Task description
Return the following from the records below: each line, word for word, starting with the line that contains "#134=AXIS2_PLACEMENT_3D('',#109,#24,#94);" and going on through the line that contains "#154=FACE_BOUND('',#153,.T.);", with nothing outside that range.

Collected data entries:
☆ ☆ ☆ ☆

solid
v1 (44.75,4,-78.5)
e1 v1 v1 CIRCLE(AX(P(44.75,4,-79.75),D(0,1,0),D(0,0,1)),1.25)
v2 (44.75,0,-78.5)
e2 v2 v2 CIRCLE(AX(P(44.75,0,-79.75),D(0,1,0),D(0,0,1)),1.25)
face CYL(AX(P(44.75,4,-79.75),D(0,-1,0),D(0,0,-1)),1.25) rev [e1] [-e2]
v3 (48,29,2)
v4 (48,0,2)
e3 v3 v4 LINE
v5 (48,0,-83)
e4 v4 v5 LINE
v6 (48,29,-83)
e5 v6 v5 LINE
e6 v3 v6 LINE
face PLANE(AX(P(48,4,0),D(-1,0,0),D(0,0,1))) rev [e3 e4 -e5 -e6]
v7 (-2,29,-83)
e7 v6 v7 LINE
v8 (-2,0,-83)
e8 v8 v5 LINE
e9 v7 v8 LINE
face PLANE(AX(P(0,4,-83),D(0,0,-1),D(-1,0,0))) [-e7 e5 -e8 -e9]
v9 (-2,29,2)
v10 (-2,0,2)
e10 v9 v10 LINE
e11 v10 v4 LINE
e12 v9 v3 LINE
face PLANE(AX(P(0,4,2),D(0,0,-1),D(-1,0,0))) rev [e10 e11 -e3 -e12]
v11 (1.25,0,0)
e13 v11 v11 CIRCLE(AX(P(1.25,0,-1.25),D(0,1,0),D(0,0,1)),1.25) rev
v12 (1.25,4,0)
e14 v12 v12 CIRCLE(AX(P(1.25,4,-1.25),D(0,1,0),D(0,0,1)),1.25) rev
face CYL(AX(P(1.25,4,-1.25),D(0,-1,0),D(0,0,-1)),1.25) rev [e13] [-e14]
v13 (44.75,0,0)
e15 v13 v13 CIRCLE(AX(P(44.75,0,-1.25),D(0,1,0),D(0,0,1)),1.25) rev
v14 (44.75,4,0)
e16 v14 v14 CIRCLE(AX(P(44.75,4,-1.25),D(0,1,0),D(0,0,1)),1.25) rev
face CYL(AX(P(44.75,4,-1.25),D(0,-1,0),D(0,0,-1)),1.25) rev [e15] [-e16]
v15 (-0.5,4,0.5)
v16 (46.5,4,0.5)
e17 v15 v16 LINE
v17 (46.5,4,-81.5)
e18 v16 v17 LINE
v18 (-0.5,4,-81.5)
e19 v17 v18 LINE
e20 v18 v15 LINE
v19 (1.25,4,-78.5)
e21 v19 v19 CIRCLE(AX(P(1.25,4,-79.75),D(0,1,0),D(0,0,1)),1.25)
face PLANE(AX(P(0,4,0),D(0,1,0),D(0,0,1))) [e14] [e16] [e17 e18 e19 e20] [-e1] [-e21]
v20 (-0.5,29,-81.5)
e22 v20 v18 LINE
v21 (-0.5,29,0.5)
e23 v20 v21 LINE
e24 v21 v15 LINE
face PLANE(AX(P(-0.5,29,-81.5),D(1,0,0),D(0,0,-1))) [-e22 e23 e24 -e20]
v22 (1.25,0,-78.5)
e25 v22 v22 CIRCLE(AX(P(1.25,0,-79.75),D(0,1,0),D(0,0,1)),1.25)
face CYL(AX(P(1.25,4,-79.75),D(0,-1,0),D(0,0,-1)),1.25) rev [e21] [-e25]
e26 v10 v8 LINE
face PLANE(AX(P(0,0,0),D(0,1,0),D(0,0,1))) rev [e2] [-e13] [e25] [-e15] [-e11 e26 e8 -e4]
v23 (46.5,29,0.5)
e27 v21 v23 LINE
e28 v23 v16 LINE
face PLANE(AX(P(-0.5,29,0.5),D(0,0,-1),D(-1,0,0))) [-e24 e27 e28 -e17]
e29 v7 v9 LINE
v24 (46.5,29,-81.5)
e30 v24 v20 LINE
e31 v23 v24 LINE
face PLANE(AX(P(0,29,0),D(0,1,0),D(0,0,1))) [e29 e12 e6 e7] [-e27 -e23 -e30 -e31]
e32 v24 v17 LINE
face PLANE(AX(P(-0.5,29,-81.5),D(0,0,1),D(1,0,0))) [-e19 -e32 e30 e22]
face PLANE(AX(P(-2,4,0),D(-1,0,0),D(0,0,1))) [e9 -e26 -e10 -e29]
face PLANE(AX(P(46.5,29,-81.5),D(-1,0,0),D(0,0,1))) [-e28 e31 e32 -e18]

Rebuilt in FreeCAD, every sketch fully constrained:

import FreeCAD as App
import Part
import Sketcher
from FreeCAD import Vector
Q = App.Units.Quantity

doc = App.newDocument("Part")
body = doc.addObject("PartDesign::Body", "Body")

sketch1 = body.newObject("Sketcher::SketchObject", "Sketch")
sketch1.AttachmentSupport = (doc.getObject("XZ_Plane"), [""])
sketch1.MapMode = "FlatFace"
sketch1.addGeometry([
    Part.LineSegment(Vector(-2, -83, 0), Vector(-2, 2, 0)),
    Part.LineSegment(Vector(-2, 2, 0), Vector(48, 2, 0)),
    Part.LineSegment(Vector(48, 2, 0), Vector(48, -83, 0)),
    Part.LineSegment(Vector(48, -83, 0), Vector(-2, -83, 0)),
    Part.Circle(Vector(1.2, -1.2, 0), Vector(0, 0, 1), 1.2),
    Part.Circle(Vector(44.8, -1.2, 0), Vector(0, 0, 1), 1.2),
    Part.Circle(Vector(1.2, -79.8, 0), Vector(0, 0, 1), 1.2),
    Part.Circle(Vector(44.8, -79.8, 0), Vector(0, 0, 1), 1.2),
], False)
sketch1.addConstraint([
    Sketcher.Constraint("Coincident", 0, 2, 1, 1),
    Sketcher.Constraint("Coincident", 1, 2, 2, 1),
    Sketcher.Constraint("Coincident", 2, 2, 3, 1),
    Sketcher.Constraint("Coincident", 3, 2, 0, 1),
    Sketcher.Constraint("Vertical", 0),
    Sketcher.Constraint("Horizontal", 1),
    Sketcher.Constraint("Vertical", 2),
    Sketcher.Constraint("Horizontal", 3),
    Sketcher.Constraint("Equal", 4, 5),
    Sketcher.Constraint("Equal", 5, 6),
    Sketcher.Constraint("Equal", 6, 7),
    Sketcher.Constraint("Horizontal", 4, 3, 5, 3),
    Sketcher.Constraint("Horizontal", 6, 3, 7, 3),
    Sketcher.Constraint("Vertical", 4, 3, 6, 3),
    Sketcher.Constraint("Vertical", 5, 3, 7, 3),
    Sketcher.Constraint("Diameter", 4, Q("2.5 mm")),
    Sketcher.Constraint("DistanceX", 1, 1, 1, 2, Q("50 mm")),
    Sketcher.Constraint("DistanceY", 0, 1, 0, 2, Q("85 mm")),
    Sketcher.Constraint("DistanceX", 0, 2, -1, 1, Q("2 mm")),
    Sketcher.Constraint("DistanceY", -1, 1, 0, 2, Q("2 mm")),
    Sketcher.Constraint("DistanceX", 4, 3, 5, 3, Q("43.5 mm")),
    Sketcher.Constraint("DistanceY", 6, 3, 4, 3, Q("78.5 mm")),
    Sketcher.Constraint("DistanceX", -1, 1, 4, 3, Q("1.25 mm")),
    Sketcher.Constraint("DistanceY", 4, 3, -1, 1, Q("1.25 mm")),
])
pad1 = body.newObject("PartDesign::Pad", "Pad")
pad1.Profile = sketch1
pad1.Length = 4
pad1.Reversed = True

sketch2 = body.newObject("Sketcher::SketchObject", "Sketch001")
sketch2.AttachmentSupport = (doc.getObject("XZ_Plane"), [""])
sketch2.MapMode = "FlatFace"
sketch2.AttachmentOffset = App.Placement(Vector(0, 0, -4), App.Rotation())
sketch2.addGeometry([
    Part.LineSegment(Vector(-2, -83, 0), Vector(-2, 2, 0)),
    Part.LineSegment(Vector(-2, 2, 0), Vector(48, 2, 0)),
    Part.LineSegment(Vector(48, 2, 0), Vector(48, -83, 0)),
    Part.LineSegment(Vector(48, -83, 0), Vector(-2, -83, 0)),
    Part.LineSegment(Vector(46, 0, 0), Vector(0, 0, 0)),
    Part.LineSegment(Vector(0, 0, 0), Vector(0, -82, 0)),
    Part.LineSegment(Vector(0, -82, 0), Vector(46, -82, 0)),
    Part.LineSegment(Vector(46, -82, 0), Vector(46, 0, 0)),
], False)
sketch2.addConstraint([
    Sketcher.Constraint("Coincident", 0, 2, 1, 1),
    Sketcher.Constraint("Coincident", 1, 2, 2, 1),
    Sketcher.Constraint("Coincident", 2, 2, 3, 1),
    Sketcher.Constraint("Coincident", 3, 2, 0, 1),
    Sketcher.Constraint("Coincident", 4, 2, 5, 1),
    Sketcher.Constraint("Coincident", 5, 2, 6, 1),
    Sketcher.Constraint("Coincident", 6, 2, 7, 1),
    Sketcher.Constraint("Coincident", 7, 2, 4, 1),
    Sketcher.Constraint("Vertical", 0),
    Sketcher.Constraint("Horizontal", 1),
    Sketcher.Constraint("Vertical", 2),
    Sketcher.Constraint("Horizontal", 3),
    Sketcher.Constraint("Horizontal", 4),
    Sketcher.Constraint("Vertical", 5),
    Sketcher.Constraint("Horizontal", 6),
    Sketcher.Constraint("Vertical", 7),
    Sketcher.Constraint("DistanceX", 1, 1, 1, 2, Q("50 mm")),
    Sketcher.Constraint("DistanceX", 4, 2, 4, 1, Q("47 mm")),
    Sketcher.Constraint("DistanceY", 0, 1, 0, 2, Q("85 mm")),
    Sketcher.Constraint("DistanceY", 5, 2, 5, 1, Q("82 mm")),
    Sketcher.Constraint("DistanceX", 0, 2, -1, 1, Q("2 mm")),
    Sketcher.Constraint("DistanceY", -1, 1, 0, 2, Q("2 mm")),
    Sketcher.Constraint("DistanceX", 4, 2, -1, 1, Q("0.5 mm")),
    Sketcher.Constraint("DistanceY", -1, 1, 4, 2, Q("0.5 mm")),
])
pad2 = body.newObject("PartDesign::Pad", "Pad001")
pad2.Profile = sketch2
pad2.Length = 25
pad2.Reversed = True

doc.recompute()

☆ ☆ ☆ ☆

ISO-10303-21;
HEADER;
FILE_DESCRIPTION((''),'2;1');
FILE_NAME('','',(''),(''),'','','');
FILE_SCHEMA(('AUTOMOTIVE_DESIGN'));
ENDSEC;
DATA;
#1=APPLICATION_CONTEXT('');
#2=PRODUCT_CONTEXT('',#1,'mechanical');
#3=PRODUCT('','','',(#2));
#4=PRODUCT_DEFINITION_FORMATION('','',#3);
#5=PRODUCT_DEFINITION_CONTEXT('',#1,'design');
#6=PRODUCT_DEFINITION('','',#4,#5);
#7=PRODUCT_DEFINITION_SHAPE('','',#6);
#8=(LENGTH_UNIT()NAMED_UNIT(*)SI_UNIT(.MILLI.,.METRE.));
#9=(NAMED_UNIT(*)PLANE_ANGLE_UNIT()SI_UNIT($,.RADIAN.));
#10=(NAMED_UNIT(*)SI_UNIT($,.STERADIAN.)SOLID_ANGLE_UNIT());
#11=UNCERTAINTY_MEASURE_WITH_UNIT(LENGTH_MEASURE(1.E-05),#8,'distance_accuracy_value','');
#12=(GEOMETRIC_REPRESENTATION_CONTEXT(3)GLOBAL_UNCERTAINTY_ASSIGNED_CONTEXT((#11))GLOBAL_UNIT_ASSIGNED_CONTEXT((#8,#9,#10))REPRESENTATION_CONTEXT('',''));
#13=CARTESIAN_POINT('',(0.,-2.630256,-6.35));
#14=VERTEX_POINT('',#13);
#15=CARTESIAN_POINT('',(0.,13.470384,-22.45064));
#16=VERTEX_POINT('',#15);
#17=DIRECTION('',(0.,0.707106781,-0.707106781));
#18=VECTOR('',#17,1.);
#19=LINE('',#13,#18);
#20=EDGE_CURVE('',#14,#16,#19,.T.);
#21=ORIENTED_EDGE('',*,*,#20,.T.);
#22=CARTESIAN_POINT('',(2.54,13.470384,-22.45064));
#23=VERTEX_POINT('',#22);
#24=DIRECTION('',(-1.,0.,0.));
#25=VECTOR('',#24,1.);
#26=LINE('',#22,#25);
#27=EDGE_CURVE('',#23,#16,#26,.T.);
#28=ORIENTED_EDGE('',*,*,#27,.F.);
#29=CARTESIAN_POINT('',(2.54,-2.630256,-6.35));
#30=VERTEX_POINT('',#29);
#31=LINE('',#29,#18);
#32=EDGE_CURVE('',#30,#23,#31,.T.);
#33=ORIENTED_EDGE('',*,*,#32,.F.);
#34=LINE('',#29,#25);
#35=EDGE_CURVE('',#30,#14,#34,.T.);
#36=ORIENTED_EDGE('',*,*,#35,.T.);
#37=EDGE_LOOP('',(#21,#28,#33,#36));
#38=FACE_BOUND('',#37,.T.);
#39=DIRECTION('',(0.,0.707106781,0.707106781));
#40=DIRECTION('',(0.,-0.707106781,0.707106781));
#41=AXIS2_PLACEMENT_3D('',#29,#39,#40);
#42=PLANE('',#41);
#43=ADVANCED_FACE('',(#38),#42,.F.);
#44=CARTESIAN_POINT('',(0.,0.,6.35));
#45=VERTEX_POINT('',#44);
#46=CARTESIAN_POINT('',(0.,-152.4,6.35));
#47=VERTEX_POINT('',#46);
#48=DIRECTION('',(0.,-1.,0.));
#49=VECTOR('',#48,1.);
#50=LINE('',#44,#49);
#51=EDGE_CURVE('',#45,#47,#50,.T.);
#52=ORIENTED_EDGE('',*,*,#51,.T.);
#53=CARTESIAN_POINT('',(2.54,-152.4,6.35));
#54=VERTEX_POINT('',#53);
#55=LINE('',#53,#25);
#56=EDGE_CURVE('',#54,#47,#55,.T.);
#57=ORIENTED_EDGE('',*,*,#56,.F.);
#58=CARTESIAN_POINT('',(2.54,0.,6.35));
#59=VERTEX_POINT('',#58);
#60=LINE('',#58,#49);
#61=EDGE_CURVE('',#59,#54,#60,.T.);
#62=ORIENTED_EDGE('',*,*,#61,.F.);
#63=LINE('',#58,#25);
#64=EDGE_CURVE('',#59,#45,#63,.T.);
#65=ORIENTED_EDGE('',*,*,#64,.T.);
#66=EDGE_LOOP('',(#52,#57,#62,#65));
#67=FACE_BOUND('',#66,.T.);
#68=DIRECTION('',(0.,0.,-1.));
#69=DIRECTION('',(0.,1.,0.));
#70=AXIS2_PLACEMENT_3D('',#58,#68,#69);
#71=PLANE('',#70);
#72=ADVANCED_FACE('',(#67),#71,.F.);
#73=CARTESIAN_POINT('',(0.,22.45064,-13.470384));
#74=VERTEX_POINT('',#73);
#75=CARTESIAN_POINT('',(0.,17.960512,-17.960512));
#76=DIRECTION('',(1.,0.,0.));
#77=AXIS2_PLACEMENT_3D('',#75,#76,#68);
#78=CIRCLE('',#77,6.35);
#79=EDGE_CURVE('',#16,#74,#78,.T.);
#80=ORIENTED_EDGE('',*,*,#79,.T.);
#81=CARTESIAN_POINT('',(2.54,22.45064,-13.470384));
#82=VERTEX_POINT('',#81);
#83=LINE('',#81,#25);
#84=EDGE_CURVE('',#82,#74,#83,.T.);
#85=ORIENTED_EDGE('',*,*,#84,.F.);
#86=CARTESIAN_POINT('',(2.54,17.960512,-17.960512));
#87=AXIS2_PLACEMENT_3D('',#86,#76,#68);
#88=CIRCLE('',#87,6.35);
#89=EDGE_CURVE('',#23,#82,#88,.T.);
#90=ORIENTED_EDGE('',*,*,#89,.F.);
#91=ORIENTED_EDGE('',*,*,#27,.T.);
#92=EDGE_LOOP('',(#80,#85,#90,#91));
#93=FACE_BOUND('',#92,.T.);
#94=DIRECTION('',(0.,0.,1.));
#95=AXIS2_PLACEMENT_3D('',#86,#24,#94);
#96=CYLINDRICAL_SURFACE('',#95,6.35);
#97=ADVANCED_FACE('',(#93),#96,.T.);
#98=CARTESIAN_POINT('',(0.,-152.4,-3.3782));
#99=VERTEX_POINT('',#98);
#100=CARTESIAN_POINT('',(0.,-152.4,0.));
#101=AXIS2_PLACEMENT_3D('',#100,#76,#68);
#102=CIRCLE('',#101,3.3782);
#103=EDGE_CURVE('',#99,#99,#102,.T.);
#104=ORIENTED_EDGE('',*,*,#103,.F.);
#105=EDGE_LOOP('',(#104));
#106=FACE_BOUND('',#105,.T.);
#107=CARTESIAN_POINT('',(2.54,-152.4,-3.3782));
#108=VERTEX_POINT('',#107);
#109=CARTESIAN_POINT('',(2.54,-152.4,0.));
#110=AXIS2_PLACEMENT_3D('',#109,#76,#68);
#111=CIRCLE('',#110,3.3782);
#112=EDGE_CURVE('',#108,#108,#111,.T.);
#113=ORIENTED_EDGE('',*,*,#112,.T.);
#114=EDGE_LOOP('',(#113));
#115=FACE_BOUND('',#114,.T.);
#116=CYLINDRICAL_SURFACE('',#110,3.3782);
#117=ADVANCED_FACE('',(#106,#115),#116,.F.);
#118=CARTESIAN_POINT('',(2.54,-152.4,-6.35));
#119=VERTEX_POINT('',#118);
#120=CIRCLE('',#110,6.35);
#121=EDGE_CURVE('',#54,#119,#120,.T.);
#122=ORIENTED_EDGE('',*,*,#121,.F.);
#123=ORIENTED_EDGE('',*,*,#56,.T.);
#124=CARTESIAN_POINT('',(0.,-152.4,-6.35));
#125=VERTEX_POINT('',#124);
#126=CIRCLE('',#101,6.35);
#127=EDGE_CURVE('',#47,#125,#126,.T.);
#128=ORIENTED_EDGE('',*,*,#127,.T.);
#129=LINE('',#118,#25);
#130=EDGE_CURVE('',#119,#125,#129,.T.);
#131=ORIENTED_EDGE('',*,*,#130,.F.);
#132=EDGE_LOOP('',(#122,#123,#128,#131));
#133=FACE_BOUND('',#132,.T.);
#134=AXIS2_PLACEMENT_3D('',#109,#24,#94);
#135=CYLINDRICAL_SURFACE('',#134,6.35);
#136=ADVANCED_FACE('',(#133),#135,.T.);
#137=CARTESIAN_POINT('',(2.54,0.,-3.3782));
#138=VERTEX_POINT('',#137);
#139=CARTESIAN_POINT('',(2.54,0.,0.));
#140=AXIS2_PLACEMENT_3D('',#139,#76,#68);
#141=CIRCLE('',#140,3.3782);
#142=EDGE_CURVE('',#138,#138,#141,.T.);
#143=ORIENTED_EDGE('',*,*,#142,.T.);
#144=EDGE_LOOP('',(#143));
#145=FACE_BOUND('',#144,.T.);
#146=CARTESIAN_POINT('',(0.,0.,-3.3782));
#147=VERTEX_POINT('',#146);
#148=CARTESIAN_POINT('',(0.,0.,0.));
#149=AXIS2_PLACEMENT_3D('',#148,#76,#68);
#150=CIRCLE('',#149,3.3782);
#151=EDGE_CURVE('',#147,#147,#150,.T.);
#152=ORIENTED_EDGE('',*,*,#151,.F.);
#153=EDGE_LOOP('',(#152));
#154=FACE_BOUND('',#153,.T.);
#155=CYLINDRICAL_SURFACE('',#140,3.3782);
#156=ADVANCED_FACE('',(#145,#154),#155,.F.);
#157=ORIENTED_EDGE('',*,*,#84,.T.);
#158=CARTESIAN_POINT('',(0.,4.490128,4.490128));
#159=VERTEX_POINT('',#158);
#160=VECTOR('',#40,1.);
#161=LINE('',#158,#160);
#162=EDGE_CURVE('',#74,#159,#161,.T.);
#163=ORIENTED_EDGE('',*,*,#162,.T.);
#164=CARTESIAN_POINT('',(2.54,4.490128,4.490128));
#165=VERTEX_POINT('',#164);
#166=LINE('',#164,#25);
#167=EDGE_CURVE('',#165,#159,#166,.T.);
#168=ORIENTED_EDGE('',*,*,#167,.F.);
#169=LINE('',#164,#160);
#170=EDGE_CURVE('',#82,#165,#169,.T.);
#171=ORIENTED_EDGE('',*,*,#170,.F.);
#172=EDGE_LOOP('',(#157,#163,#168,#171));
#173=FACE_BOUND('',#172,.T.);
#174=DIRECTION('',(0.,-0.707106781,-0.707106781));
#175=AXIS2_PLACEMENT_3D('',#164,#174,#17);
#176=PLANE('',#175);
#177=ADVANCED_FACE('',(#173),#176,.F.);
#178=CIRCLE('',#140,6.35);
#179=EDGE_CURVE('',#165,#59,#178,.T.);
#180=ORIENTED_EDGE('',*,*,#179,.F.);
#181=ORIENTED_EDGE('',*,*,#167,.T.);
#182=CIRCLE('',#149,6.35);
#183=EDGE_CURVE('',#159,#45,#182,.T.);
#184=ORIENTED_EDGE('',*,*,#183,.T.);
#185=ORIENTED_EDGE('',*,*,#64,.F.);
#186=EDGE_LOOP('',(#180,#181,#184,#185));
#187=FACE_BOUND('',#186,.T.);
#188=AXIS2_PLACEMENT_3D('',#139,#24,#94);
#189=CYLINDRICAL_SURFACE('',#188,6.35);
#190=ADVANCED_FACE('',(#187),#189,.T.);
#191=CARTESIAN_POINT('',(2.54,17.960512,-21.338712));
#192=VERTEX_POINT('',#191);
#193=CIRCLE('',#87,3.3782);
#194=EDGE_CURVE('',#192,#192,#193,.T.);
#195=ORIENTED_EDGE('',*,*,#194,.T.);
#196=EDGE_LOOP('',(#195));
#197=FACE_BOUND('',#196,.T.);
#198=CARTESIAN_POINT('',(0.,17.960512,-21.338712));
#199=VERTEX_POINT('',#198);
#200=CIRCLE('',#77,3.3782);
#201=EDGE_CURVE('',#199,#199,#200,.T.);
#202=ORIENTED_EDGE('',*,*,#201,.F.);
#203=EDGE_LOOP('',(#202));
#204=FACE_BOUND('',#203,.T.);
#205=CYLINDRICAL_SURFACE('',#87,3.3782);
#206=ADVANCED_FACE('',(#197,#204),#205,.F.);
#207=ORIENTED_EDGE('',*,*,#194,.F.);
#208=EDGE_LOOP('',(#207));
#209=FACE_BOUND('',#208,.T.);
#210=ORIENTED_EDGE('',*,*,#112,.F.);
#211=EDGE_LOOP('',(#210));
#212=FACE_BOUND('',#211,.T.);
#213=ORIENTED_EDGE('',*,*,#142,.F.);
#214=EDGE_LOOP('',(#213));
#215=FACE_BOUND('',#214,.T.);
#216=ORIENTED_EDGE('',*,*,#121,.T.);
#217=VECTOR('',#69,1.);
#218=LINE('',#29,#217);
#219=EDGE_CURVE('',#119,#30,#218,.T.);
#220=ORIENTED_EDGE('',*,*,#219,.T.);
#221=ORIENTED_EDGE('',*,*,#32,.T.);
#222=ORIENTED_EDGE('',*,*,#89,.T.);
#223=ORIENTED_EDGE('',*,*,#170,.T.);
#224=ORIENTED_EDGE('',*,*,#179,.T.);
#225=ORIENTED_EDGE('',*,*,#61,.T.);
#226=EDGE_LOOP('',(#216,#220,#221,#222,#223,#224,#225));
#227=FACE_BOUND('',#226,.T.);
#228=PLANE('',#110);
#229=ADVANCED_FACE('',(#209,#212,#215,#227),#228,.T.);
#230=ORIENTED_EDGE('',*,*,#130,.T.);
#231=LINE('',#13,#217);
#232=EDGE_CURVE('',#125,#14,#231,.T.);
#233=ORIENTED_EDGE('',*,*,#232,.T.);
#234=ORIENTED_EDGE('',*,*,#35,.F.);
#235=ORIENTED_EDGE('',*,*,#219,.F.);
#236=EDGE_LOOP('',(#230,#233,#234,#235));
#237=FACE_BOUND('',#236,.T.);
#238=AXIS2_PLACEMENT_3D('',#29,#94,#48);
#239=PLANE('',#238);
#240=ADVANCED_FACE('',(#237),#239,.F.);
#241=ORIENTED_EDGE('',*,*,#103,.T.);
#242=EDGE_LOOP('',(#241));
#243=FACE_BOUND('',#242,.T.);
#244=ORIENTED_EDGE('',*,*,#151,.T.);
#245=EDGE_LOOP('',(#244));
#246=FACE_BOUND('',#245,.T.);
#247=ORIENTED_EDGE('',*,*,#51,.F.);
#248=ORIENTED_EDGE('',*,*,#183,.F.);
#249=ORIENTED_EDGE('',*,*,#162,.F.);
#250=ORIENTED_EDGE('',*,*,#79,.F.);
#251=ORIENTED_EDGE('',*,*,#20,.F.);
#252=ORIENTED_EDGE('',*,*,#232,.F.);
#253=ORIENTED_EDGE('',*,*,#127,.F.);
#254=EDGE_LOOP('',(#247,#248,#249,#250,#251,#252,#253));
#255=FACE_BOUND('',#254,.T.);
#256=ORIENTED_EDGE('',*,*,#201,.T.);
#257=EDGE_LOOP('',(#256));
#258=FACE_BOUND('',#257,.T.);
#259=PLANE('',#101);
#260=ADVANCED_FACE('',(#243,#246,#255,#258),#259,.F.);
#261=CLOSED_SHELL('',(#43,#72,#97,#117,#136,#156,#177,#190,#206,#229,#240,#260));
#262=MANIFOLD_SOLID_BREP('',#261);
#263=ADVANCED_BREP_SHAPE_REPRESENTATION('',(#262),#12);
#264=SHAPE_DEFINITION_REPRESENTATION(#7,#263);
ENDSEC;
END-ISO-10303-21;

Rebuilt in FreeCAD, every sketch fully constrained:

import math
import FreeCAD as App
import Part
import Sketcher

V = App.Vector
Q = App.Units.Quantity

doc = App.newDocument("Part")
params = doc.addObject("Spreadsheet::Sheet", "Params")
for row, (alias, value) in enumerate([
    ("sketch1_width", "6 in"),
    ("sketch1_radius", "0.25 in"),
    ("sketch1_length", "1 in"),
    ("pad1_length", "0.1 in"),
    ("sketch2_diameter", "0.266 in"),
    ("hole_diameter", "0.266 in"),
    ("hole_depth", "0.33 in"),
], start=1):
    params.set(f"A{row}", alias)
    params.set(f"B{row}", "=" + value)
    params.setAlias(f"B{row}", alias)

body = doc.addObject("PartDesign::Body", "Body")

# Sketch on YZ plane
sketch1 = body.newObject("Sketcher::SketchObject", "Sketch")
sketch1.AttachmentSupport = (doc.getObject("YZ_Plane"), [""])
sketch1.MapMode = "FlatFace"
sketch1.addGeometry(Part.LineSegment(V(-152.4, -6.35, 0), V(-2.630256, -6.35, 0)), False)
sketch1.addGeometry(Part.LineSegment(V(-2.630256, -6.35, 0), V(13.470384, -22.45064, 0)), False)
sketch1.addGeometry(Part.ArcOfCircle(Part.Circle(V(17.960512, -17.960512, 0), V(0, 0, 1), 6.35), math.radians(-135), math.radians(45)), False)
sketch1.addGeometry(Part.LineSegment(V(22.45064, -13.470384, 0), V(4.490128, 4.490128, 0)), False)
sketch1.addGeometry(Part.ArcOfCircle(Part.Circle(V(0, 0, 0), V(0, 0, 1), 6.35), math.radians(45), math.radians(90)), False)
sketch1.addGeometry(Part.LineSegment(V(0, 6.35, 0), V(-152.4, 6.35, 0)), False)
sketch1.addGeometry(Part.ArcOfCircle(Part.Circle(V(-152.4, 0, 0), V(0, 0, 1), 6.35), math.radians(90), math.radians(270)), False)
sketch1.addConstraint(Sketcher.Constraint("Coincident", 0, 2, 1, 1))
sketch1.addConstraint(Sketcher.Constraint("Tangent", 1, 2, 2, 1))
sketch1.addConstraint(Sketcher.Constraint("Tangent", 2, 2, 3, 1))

☆ ☆ ☆ ☆

Result for this task
#134=AXIS2_PLACEMENT_3D('',#109,#24,#94);
#135=CYLINDRICAL_SURFACE('',#134,6.35);
#136=ADVANCED_FACE('',(#133),#135,.T.);
#137=CARTESIAN_POINT('',(2.54,0.,-3.3782));
#138=VERTEX_POINT('',#137);
#139=CARTESIAN_POINT('',(2.54,0.,0.));
#140=AXIS2_PLACEMENT_3D('',#139,#76,#68);
#141=CIRCLE('',#140,3.3782);
#142=EDGE_CURVE('',#138,#138,#141,.T.);
#143=ORIENTED_EDGE('',*,*,#142,.T.);
#144=EDGE_LOOP('',(#143));
#145=FACE_BOUND('',#144,.T.);
#146=CARTESIAN_POINT('',(0.,0.,-3.3782));
#147=VERTEX_POINT('',#146);
#148=CARTESIAN_POINT('',(0.,0.,0.));
#149=AXIS2_PLACEMENT_3D('',#148,#76,#68);
#150=CIRCLE('',#149,3.3782);
#151=EDGE_CURVE('',#147,#147,#150,.T.);
#152=ORIENTED_EDGE('',*,*,#151,.F.);
#153=EDGE_LOOP('',(#152));
#154=FACE_BOUND('',#153,.T.);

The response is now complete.